Good luck OP, should see some positive changes once you get calorie intake under control. I also didnt used to bother checking calories and ended up a right fat cvnt - makes such a difference understanding what your body needs


----------



## Eddias (Dec 21, 2015)

Embrace the Hunger, Yep you will feel hungry while you diet. keep updating posts and set yourself little goals that will keep you on track, updating pics is a good one as it will motivate you and you will see changes.


----------



## Jboy24 (Jul 5, 2016)

Eddias said:


> Embrace the Hunger, Yep you will feel hungry while you diet. keep updating posts and set yourself little goals that will keep you on track, updating pics is a good one as it will motivate you and you will see changes.

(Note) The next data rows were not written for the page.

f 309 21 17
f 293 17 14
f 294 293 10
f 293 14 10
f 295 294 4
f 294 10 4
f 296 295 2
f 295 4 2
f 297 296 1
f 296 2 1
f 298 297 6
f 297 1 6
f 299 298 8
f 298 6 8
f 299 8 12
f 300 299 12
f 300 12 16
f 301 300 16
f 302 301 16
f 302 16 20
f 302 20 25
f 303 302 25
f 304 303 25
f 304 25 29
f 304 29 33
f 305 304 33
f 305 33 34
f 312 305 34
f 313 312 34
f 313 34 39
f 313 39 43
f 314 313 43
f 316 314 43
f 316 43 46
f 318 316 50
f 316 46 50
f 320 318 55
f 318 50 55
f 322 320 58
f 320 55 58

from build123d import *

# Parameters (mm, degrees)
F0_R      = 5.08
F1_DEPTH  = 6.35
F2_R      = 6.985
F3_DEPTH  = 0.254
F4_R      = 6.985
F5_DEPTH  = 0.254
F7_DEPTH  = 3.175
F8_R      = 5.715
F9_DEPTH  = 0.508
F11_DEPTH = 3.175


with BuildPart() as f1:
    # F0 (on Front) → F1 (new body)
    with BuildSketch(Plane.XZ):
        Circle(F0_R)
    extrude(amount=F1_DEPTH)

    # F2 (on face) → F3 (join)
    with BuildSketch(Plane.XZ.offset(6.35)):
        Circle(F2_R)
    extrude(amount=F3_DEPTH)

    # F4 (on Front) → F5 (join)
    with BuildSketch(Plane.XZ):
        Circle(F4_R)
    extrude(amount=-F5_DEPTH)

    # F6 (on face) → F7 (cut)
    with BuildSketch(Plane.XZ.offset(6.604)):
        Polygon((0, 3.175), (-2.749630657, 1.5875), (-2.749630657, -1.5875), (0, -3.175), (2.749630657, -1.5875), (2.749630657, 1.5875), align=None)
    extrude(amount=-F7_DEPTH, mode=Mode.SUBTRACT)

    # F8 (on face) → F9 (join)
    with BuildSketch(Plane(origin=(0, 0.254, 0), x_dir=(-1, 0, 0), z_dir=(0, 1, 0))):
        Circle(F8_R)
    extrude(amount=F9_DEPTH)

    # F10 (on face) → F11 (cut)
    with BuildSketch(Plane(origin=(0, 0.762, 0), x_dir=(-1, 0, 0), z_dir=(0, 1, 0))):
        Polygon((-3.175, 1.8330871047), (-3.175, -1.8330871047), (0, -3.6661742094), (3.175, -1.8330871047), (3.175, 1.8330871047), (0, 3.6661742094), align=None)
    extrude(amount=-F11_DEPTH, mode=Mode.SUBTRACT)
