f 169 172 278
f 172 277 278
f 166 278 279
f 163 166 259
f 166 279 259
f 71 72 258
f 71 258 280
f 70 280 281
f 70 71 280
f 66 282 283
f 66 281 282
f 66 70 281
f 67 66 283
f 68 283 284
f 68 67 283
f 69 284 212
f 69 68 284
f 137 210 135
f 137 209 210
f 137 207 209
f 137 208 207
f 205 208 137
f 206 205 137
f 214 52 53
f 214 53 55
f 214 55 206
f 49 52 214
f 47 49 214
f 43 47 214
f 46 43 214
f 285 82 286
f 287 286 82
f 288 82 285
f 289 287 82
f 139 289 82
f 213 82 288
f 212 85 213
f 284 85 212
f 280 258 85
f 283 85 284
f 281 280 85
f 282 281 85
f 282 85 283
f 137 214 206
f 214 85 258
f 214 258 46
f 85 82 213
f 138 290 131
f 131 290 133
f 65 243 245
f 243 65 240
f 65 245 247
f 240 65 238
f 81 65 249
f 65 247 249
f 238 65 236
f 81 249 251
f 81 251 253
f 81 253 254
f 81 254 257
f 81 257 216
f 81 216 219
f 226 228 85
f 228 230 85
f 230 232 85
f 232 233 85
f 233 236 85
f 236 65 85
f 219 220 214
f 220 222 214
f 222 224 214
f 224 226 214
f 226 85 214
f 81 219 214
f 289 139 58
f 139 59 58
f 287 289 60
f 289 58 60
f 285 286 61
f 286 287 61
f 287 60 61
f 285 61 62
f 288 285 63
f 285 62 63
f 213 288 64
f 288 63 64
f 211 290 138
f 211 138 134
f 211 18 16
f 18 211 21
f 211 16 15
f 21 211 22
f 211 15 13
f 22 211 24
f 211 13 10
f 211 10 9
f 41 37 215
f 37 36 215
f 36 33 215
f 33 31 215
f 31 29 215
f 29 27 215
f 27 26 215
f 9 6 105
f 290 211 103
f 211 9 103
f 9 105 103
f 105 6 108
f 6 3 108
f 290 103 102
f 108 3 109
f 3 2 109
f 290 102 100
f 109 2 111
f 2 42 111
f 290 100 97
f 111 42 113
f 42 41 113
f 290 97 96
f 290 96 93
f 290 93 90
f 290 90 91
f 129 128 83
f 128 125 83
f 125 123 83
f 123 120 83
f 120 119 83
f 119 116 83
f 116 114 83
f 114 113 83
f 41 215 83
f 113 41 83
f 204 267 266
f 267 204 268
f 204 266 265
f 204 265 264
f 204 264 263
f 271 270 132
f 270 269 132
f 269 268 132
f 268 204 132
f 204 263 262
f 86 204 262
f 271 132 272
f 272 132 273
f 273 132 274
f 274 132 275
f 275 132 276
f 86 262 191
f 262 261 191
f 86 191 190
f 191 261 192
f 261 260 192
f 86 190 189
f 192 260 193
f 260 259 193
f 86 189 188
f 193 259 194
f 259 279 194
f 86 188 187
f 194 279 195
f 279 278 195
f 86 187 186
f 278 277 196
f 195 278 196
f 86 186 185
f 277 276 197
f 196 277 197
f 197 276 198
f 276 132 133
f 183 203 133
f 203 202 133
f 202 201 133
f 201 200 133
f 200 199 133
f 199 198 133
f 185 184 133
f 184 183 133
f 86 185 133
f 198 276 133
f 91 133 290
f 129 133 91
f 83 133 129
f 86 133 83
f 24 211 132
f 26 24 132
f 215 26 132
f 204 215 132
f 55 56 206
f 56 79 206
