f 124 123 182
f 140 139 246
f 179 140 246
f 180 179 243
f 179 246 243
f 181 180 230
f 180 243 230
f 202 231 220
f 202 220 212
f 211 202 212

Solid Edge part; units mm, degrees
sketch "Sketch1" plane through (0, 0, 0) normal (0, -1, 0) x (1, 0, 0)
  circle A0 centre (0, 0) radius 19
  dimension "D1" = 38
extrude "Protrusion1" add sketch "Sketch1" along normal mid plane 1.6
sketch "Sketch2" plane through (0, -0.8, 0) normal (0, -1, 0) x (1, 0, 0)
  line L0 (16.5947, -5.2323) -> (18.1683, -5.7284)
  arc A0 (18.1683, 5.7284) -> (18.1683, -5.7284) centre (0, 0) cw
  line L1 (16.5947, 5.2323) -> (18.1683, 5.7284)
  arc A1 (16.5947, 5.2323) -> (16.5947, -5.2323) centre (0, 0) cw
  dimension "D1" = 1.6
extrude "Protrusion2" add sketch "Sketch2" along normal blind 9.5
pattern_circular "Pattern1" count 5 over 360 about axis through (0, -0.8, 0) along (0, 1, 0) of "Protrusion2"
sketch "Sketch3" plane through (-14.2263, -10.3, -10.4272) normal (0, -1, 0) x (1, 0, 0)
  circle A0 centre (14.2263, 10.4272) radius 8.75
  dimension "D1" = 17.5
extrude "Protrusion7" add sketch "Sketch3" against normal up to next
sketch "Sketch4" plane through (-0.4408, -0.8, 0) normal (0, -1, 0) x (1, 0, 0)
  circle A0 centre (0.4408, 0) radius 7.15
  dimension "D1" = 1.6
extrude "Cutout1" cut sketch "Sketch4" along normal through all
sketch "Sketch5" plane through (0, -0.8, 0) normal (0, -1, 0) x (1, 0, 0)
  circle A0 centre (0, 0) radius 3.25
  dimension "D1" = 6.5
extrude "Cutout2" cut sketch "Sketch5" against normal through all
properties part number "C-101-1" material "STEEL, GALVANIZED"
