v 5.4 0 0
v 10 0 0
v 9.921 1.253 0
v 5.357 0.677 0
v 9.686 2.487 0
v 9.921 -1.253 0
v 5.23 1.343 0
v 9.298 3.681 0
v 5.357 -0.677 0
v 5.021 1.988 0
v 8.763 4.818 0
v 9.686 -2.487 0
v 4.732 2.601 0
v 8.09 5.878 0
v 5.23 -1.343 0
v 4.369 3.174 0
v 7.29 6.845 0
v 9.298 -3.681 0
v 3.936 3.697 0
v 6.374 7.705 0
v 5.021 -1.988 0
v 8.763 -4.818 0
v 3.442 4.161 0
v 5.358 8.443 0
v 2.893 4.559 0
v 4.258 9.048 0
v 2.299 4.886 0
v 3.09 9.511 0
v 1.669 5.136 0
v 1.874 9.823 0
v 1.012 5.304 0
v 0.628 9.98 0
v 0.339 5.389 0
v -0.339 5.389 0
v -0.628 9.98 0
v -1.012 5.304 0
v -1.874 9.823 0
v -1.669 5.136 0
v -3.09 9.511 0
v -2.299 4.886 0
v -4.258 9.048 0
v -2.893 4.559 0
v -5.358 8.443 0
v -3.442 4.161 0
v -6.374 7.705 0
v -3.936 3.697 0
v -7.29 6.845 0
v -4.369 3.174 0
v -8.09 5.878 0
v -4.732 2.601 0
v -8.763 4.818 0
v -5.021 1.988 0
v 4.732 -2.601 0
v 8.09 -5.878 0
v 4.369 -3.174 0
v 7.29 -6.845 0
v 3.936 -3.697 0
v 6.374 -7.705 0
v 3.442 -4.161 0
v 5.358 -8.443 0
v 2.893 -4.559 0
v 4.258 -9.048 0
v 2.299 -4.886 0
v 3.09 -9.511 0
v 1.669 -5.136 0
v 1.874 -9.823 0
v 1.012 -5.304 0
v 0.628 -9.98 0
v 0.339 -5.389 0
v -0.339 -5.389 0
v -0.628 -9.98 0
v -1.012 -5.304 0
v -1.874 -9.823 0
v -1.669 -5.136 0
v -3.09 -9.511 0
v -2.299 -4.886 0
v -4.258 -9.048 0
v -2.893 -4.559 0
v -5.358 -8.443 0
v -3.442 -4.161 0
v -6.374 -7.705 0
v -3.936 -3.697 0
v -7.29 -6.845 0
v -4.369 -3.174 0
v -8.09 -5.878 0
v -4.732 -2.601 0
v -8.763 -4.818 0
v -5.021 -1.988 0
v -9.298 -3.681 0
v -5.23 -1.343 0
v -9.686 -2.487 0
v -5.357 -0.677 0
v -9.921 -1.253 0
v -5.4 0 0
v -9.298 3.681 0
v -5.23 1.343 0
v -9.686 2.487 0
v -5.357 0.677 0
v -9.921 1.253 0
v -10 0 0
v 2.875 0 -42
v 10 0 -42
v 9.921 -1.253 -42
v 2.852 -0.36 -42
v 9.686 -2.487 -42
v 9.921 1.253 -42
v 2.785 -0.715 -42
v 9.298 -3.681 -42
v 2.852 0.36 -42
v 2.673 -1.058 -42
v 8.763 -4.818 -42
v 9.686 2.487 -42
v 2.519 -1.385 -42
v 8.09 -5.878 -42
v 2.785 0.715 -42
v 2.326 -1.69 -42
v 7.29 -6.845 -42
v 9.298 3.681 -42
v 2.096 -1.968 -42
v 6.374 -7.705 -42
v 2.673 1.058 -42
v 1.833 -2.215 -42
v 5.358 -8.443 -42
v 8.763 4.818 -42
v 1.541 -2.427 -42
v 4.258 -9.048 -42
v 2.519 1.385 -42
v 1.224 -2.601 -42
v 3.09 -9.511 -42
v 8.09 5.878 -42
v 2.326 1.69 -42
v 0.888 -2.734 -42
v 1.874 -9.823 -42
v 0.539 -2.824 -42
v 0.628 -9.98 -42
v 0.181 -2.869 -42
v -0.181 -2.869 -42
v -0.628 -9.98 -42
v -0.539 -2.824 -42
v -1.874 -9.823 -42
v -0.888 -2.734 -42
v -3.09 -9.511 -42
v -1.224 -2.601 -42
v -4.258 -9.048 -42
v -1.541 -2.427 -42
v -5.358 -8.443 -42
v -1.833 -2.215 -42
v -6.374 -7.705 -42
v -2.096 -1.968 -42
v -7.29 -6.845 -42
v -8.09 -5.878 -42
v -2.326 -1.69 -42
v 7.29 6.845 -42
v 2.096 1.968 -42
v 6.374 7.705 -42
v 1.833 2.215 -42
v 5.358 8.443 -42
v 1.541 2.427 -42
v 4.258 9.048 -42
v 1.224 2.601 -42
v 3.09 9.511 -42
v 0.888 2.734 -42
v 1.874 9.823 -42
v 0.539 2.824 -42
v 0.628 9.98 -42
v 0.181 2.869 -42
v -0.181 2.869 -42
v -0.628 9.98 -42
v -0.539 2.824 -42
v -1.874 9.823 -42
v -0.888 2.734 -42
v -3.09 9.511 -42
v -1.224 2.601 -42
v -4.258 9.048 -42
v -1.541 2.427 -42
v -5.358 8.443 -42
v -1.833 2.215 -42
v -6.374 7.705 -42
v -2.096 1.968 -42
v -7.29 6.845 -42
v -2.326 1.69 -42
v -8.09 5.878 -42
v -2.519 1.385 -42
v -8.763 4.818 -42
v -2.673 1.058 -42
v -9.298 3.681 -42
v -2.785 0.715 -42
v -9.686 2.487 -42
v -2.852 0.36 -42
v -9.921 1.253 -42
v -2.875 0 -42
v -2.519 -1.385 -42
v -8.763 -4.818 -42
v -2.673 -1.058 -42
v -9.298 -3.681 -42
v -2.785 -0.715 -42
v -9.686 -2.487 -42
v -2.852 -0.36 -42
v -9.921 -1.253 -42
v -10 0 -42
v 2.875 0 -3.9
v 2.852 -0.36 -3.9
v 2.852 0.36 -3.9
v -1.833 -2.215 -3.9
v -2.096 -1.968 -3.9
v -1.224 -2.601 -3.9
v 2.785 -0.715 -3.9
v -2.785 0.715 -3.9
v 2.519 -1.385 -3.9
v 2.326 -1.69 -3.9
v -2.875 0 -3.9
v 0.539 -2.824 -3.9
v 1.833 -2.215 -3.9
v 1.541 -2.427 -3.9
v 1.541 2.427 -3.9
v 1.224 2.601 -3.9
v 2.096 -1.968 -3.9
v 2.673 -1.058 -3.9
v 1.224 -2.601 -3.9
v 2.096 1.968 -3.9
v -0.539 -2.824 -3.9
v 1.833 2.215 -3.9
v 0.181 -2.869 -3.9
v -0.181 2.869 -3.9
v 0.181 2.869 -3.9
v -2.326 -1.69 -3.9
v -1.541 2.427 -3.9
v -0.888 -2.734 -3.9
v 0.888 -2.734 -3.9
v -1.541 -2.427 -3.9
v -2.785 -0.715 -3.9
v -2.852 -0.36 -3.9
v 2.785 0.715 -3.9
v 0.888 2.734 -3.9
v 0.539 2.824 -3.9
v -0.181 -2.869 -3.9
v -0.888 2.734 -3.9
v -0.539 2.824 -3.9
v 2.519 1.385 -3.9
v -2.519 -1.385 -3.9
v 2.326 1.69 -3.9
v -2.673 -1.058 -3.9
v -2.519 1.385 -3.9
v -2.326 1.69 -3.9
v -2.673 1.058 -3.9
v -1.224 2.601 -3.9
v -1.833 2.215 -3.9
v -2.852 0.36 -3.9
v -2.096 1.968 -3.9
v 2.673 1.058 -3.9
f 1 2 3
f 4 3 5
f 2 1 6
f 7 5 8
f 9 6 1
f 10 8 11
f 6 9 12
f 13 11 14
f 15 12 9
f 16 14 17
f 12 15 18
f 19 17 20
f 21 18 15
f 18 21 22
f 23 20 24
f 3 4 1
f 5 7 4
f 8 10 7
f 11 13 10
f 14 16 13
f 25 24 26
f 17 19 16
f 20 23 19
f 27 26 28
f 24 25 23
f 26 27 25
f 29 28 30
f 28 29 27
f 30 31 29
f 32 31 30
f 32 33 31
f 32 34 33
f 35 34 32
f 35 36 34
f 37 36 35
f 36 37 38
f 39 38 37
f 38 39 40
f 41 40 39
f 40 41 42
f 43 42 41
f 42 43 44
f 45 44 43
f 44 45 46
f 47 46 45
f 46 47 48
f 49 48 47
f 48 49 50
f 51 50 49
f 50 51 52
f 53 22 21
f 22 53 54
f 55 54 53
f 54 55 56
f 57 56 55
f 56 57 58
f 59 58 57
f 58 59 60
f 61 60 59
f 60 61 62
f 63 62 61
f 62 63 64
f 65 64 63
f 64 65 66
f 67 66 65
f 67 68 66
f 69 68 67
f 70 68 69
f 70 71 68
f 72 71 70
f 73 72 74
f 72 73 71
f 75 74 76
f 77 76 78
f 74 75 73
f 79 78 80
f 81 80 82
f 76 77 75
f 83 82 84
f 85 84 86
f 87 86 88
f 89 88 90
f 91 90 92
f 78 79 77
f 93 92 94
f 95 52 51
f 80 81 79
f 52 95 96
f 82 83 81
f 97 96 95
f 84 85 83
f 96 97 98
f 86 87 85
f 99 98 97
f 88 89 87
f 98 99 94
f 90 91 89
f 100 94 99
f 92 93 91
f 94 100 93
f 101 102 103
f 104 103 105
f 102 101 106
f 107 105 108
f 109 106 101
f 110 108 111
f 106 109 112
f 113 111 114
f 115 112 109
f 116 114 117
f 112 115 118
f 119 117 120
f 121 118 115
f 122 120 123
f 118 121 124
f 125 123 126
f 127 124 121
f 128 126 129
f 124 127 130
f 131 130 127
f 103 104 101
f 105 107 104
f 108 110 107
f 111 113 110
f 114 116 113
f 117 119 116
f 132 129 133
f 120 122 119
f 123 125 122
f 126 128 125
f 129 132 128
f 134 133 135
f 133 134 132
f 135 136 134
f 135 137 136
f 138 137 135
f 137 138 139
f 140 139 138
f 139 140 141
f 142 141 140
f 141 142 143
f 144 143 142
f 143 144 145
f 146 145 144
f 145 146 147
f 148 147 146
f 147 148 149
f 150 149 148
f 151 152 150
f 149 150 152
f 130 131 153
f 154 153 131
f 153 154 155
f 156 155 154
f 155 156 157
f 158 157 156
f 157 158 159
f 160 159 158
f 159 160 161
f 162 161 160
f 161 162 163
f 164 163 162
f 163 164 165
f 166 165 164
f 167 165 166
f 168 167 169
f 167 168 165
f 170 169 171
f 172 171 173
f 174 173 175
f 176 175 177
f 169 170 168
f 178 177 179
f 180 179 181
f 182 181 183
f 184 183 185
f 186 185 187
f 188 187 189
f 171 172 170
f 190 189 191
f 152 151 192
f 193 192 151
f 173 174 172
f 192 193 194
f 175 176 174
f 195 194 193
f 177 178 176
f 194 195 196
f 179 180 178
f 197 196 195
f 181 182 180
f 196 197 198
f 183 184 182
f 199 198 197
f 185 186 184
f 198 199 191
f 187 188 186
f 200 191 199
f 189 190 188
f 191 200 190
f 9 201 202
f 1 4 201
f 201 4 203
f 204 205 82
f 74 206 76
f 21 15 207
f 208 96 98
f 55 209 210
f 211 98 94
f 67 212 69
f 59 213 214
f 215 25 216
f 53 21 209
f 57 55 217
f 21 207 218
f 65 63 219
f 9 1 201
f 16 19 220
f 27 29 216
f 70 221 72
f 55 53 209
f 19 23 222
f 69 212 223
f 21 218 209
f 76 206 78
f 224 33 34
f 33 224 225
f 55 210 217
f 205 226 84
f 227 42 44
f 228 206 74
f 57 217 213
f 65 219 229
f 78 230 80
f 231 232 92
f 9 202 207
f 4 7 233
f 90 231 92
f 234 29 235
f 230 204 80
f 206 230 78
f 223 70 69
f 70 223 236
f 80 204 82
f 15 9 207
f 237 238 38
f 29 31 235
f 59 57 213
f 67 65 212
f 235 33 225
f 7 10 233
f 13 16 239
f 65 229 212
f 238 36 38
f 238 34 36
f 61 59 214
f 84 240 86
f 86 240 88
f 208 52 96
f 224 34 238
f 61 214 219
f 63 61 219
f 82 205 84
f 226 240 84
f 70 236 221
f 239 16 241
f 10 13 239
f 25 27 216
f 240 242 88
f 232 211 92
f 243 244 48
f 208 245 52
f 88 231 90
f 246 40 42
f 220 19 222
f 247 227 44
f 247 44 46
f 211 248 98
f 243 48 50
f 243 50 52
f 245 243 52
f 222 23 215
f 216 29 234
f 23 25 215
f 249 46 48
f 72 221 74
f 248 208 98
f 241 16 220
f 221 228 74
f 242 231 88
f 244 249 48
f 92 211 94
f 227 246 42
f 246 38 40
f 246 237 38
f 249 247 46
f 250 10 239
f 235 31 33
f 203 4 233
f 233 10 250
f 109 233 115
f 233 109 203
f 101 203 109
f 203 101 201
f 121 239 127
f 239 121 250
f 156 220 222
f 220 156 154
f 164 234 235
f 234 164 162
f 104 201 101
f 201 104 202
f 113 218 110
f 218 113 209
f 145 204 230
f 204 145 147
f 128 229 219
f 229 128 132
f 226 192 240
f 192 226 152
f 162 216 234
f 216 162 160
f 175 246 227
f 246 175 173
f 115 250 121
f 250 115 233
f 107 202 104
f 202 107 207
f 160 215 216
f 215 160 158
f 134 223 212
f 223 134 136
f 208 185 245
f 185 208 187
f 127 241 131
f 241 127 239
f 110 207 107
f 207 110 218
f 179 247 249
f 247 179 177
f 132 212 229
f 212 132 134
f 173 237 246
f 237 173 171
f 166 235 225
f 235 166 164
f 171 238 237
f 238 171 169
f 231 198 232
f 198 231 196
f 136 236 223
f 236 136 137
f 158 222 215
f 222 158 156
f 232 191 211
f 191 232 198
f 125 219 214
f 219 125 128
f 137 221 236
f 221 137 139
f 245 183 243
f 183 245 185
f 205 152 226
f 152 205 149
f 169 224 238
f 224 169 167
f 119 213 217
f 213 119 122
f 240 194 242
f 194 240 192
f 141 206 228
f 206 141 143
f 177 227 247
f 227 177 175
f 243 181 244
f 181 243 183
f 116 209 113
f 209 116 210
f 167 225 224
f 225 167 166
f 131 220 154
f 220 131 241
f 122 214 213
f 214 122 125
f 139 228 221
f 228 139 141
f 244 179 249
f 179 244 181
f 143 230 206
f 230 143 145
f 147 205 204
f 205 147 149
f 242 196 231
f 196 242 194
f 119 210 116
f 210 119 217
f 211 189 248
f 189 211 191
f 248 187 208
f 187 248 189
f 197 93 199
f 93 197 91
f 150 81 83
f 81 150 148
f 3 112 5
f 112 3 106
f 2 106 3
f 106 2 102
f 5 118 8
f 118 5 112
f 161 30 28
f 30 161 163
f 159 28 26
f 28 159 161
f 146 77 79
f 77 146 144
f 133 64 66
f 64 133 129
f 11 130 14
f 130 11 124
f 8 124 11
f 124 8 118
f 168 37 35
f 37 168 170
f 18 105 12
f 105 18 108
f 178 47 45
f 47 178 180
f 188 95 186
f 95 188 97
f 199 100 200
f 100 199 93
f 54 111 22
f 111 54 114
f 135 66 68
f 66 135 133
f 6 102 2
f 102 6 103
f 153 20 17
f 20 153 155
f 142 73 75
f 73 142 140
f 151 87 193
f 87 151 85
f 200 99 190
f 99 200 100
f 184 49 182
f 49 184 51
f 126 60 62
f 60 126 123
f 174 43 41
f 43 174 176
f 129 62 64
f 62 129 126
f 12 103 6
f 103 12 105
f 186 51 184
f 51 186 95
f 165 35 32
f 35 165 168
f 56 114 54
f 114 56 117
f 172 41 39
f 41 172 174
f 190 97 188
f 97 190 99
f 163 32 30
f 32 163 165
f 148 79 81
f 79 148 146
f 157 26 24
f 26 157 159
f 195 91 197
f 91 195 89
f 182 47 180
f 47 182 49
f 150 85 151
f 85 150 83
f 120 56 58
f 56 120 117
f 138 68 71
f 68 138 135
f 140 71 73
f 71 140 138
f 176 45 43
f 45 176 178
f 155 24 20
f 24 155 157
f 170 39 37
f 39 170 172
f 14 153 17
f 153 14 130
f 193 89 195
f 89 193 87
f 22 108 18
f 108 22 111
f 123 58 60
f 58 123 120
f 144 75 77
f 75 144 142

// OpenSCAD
$fn = 50;


difference() {
	union() {
		translate(v = [0, 0, -42.0000000000]) {
			cylinder(h = 42, r = 10.0000000000);
		}
		cylinder(h = 0, r = 13.0000000000);
	}
	union() {
		translate(v = [0, 0, 0]) {
			rotate(a = [0, 0, 0]) {
				difference() {
					union() {
						#translate(v = [0, 0, -42.0000000000]) {
							cylinder(h = 42, r = 2.6000000000);
						}
						#translate(v = [0, 0, -3.9000000000]) {
							cylinder(h = 3.9000000000, r1 = 2.8750000000, r2 = 5.4000000000);
						}
						#translate(v = [0, 0, -42.0000000000]) {
							cylinder(h = 42, r = 2.8750000000);
						}
						#translate(v = [0, 0, -42.0000000000]) {
							cylinder(h = 42, r = 2.6000000000);
						}
					}
					union();
				}
			}
		}
	}
}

 I will do, will put a pic up every week and see how it goes, so far had 780 calories today for breakfast, snack and lunch. Plan on also having whey shake after gym, dinner and snack later on will see what it comes to.


----------



## superdrol (Aug 9, 2012)

Devil said:


> 30% +.
> 
> You absolutely should not be bulking.
> 
> ...


 harsh, not 30+, hes mid twentys max!


----------



## Jboy24 (Jul 5, 2016)

By this picture would say i am 22/23 % myself but like others say just going to focus on losing weight not the number.


----------



## Eddias (Dec 21, 2015)

Jboy24 said:


> By this picture would say i am 22/23 % myself but like others say just going to focus on losing weight not the number.
> 
> View attachment 133406


 dude do not worry about what BF you are. DO not get hang up on what you think you are, everyone will have a different opinion as we all carry Bodyfat different and unless you want to spend some money on a DEXA Scan you will never truely know what BF you are. I made this mistake and got really hung up on the BF %. Just let the mirror be your guide, if you want to keep a monitor use the body tracker app with a set of decent Calipers, or just take one Caliper measurement in the same place every couple of days. who cares whether you are 12, 15, 17, 20, 25 or 30, just worry about what you want to achieve and what you look like.


----------



## Devil (May 31, 2016)

superdrol said:


> harsh, not 30+, hes mid twentys max!


 95% of people over estimate.

Most people that think they are 10-12 are 15-18 etc


----------



## Ultrasonic (Jul 13, 2004)

Stop worrying about what your body fat percentage is, it's an utterly irrelevant number that nobody can give you a remotely accurate estimate of by looking at your photos. All anyone can see is the fat under your skin but you also have internal fat around your organs.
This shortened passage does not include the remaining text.